= WHAT IS EXPECTED =
Every record that follows must be given again exactly.

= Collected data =
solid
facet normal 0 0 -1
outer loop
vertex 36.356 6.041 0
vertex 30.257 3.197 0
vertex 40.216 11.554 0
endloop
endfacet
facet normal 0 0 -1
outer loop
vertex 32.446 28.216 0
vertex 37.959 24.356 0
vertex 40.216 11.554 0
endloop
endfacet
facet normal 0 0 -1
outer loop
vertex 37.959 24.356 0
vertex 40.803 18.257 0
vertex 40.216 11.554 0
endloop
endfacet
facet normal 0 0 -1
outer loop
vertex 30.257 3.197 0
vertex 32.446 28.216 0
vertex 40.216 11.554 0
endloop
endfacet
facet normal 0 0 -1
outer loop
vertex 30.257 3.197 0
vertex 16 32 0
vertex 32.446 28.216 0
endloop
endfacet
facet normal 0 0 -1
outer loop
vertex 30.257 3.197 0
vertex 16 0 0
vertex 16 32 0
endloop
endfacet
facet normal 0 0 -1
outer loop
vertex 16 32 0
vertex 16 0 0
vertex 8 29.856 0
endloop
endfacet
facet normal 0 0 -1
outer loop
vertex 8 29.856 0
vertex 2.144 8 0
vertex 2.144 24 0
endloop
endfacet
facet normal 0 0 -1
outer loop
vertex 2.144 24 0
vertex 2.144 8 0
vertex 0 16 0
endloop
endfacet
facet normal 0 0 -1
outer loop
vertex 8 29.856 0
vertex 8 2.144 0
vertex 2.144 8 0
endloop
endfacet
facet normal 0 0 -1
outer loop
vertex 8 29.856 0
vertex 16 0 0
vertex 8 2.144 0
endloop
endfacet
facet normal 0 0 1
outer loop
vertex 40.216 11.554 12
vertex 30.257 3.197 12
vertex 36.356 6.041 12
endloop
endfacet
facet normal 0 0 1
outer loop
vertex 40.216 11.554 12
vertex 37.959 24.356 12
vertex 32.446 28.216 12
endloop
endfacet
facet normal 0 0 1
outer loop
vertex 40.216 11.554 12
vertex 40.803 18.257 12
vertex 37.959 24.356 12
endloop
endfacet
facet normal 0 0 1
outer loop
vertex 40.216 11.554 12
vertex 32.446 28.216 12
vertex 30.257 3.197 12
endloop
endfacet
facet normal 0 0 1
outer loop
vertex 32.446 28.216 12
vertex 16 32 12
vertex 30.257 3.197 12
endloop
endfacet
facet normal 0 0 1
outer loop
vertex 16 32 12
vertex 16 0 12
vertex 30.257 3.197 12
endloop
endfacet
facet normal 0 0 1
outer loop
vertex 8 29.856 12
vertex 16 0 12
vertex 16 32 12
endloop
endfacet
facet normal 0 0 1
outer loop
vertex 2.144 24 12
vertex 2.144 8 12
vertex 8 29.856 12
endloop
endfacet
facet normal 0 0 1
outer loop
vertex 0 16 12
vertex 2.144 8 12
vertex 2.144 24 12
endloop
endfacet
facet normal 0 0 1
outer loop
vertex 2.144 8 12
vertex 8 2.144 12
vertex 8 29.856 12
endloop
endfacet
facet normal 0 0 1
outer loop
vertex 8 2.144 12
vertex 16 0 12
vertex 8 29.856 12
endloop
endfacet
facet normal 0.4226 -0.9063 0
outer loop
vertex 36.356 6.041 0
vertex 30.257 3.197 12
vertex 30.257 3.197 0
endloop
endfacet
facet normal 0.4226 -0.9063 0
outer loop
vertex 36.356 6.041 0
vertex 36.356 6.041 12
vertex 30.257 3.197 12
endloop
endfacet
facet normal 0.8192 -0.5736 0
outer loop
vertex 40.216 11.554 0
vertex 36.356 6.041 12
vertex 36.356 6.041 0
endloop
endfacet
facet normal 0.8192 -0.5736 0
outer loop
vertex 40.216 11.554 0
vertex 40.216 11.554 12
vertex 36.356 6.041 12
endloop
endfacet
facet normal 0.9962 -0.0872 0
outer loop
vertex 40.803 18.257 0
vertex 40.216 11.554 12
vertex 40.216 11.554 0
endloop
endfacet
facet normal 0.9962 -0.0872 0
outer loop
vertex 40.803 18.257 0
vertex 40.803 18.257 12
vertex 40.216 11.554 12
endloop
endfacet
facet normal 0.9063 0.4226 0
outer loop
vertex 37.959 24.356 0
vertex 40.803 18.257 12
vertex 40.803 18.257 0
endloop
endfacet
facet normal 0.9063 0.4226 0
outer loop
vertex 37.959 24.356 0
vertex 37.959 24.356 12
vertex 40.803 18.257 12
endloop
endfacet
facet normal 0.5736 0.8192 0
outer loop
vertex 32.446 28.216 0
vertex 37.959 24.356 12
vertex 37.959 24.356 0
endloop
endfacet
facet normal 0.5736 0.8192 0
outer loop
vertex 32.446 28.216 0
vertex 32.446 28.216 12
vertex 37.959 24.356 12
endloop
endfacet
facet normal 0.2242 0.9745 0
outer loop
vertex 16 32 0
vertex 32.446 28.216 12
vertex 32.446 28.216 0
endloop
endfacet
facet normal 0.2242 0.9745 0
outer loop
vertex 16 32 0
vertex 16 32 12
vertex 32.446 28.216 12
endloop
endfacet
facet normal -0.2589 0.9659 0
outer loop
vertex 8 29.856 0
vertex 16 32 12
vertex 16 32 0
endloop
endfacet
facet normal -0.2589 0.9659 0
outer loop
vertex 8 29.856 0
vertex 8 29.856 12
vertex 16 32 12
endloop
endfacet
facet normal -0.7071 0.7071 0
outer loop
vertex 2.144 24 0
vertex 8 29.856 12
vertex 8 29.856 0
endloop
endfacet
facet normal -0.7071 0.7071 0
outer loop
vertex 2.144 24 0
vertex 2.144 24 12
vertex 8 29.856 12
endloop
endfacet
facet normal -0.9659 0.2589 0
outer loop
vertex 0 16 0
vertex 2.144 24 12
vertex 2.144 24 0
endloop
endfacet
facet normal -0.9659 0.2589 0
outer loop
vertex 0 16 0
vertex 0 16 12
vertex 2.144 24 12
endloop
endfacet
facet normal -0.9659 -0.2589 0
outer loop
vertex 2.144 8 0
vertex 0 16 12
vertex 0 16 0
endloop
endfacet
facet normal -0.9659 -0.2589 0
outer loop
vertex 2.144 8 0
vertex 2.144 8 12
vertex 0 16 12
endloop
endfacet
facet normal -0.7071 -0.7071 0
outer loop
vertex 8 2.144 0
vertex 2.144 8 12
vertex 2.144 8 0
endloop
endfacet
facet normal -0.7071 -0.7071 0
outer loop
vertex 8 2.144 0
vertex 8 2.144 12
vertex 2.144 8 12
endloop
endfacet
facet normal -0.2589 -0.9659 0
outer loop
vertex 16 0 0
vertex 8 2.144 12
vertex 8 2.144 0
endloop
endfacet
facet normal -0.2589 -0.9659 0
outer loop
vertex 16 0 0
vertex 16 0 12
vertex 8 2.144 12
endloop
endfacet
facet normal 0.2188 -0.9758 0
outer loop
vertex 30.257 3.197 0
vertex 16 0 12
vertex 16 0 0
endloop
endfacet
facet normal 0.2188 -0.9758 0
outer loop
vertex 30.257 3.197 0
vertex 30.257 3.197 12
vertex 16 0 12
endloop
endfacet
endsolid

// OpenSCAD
$fn = 32;

// ----------------------------------------------------------------------
// Eccentric disc: step, 12 mm thick
// ----------------------------------------------------------------------

// --- parameters (mm) ---
profile_height = 12;      // extrusion height
profile_points = 13;      // points of the closed outline

profile = [[0, 16], [2.144, 8], [8, 2.144], [16, 0], [30.257, 3.197], [36.356, 6.041], [40.216, 11.554], [40.803, 18.257], [37.959, 24.356], [32.446, 28.216], [16, 32], [8, 29.856], [2.144, 24]];  // single closed polygon, 13 points, counter clockwise

// --- the one profile operation ---
linear_extrude(height = profile_height) polygon(points = profile);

= EXERCISE SOLUTION =
solid
facet normal 0 0 -1
outer loop
vertex 36.356 6.041 0
vertex 30.257 3.197 0
vertex 40.216 11.554 0
endloop
endfacet
facet normal 0 0 -1
outer loop
vertex 32.446 28.216 0
vertex 37.959 24.356 0
vertex 40.216 11.554 0
endloop
endfacet
facet normal 0 0 -1
outer loop
vertex 37.959 24.356 0
vertex 40.803 18.257 0
vertex 40.216 11.554 0
endloop
endfacet
facet normal 0 0 -1
outer loop
vertex 30.257 3.197 0
vertex 32.446 28.216 0
vertex 40.216 11.554 0
endloop
endfacet
facet normal 0 0 -1
outer loop
vertex 30.257 3.197 0
vertex 16 32 0
vertex 32.446 28.216 0
endloop
endfacet
facet normal 0 0 -1
outer loop
vertex 30.257 3.197 0
vertex 16 0 0
vertex 16 32 0
endloop
endfacet
facet normal 0 0 -1
outer loop
vertex 16 32 0
vertex 16 0 0
vertex 8 29.856 0
endloop
endfacet
facet normal 0 0 -1
outer loop
vertex 8 29.856 0
vertex 2.144 8 0
vertex 2.144 24 0
endloop
endfacet
facet normal 0 0 -1
outer loop
vertex 2.144 24 0
vertex 2.144 8 0
vertex 0 16 0
endloop
endfacet
facet normal 0 0 -1
outer loop
vertex 8 29.856 0
vertex 8 2.144 0
vertex 2.144 8 0
endloop
endfacet
facet normal 0 0 -1
outer loop
vertex 8 29.856 0
vertex 16 0 0
vertex 8 2.144 0
endloop
endfacet
facet normal 0 0 1
outer loop
vertex 40.216 11.554 12
vertex 30.257 3.197 12
vertex 36.356 6.041 12
endloop
endfacet
facet normal 0 0 1
outer loop
vertex 40.216 11.554 12
vertex 37.959 24.356 12
vertex 32.446 28.216 12
endloop
endfacet
facet normal 0 0 1
outer loop
vertex 40.216 11.554 12
vertex 40.803 18.257 12
vertex 37.959 24.356 12
endloop
endfacet
facet normal 0 0 1
outer loop
vertex 40.216 11.554 12
vertex 32.446 28.216 12
vertex 30.257 3.197 12
endloop
endfacet
facet normal 0 0 1
outer loop
vertex 32.446 28.216 12
vertex 16 32 12
vertex 30.257 3.197 12
endloop
endfacet
facet normal 0 0 1
outer loop
vertex 16 32 12
vertex 16 0 12
vertex 30.257 3.197 12
endloop
endfacet
facet normal 0 0 1
outer loop
vertex 8 29.856 12
vertex 16 0 12
vertex 16 32 12
endloop
endfacet
facet normal 0 0 1
outer loop
vertex 2.144 24 12
vertex 2.144 8 12
vertex 8 29.856 12
endloop
endfacet
facet normal 0 0 1
outer loop
vertex 0 16 12
vertex 2.144 8 12
vertex 2.144 24 12
endloop
endfacet
facet normal 0 0 1
outer loop
vertex 2.144 8 12
vertex 8 2.144 12
vertex 8 29.856 12
endloop
endfacet
facet normal 0 0 1
outer loop
vertex 8 2.144 12
vertex 16 0 12
vertex 8 29.856 12
endloop
endfacet
facet normal 0.4226 -0.9063 0
outer loop
vertex 36.356 6.041 0
vertex 30.257 3.197 12
vertex 30.257 3.197 0
endloop
endfacet
facet normal 0.4226 -0.9063 0
outer loop
vertex 36.356 6.041 0
vertex 36.356 6.041 12
vertex 30.257 3.197 12
endloop
endfacet
facet normal 0.8192 -0.5736 0
outer loop
vertex 40.216 11.554 0
vertex 36.356 6.041 12
vertex 36.356 6.041 0
endloop
endfacet
facet normal 0.8192 -0.5736 0
outer loop
vertex 40.216 11.554 0
vertex 40.216 11.554 12
vertex 36.356 6.041 12
endloop
endfacet
facet normal 0.9962 -0.0872 0
outer loop
vertex 40.803 18.257 0
vertex 40.216 11.554 12
vertex 40.216 11.554 0
endloop
endfacet
facet normal 0.9962 -0.0872 0
outer loop
vertex 40.803 18.257 0
vertex 40.803 18.257 12
vertex 40.216 11.554 12
endloop
endfacet
facet normal 0.9063 0.4226 0
outer loop
vertex 37.959 24.356 0
vertex 40.803 18.257 12
vertex 40.803 18.257 0
endloop
endfacet
facet normal 0.9063 0.4226 0
outer loop
vertex 37.959 24.356 0
vertex 37.959 24.356 12
vertex 40.803 18.257 12
endloop
endfacet
facet normal 0.5736 0.8192 0
outer loop
vertex 32.446 28.216 0
vertex 37.959 24.356 12
vertex 37.959 24.356 0
endloop
endfacet
facet normal 0.5736 0.8192 0
outer loop
vertex 32.446 28.216 0
vertex 32.446 28.216 12
vertex 37.959 24.356 12
endloop
endfacet
facet normal 0.2242 0.9745 0
outer loop
vertex 16 32 0
vertex 32.446 28.216 12
vertex 32.446 28.216 0
endloop
endfacet
facet normal 0.2242 0.9745 0
outer loop
vertex 16 32 0
vertex 16 32 12
vertex 32.446 28.216 12
endloop
endfacet
facet normal -0.2589 0.9659 0
outer loop
vertex 8 29.856 0
vertex 16 32 12
vertex 16 32 0
endloop
endfacet
facet normal -0.2589 0.9659 0
outer loop
vertex 8 29.856 0
vertex 8 29.856 12
vertex 16 32 12
endloop
endfacet
facet normal -0.7071 0.7071 0
outer loop
vertex 2.144 24 0
vertex 8 29.856 12
vertex 8 29.856 0
endloop
endfacet
facet normal -0.7071 0.7071 0
outer loop
vertex 2.144 24 0
vertex 2.144 24 12
vertex 8 29.856 12
endloop
endfacet
facet normal -0.9659 0.2589 0
outer loop
vertex 0 16 0
vertex 2.144 24 12
vertex 2.144 24 0
endloop
endfacet
facet normal -0.9659 0.2589 0
outer loop
vertex 0 16 0
vertex 0 16 12
vertex 2.144 24 12
endloop
endfacet
facet normal -0.9659 -0.2589 0
outer loop
vertex 2.144 8 0
vertex 0 16 12
vertex 0 16 0
endloop
endfacet
facet normal -0.9659 -0.2589 0
outer loop
vertex 2.144 8 0
vertex 2.144 8 12
vertex 0 16 12
endloop
endfacet
facet normal -0.7071 -0.7071 0
outer loop
vertex 8 2.144 0
vertex 2.144 8 12
vertex 2.144 8 0
endloop
endfacet
facet normal -0.7071 -0.7071 0
outer loop
vertex 8 2.144 0
vertex 8 2.144 12
vertex 2.144 8 12
endloop
endfacet
facet normal -0.2589 -0.9659 0
outer loop
vertex 16 0 0
vertex 8 2.144 12
vertex 8 2.144 0
endloop
endfacet
facet normal -0.2589 -0.9659 0
outer loop
vertex 16 0 0
vertex 16 0 12
vertex 8 2.144 12
endloop
endfacet
facet normal 0.2188 -0.9758 0
outer loop
vertex 30.257 3.197 0
vertex 16 0 12
vertex 16 0 0
endloop
endfacet
facet normal 0.2188 -0.9758 0
outer loop
vertex 30.257 3.197 0
vertex 30.257 3.197 12
vertex 16 0 12
endloop
endfacet
endsolid

// OpenSCAD
$fn = 32;

// ----------------------------------------------------------------------
// Eccentric disc: step, 12 mm thick
// ----------------------------------------------------------------------

// --- parameters (mm) ---
profile_height = 12;      // extrusion height
profile_points = 13;      // points of the closed outline

profile = [[0, 16], [2.144, 8], [8, 2.144], [16, 0], [30.257, 3.197], [36.356, 6.041], [40.216, 11.554], [40.803, 18.257], [37.959, 24.356], [32.446, 28.216], [16, 32], [8, 29.856], [2.144, 24]];  // single closed polygon, 13 points, counter clockwise

// --- the one profile operation ---
linear_extrude(height = profile_height) polygon(points = profile);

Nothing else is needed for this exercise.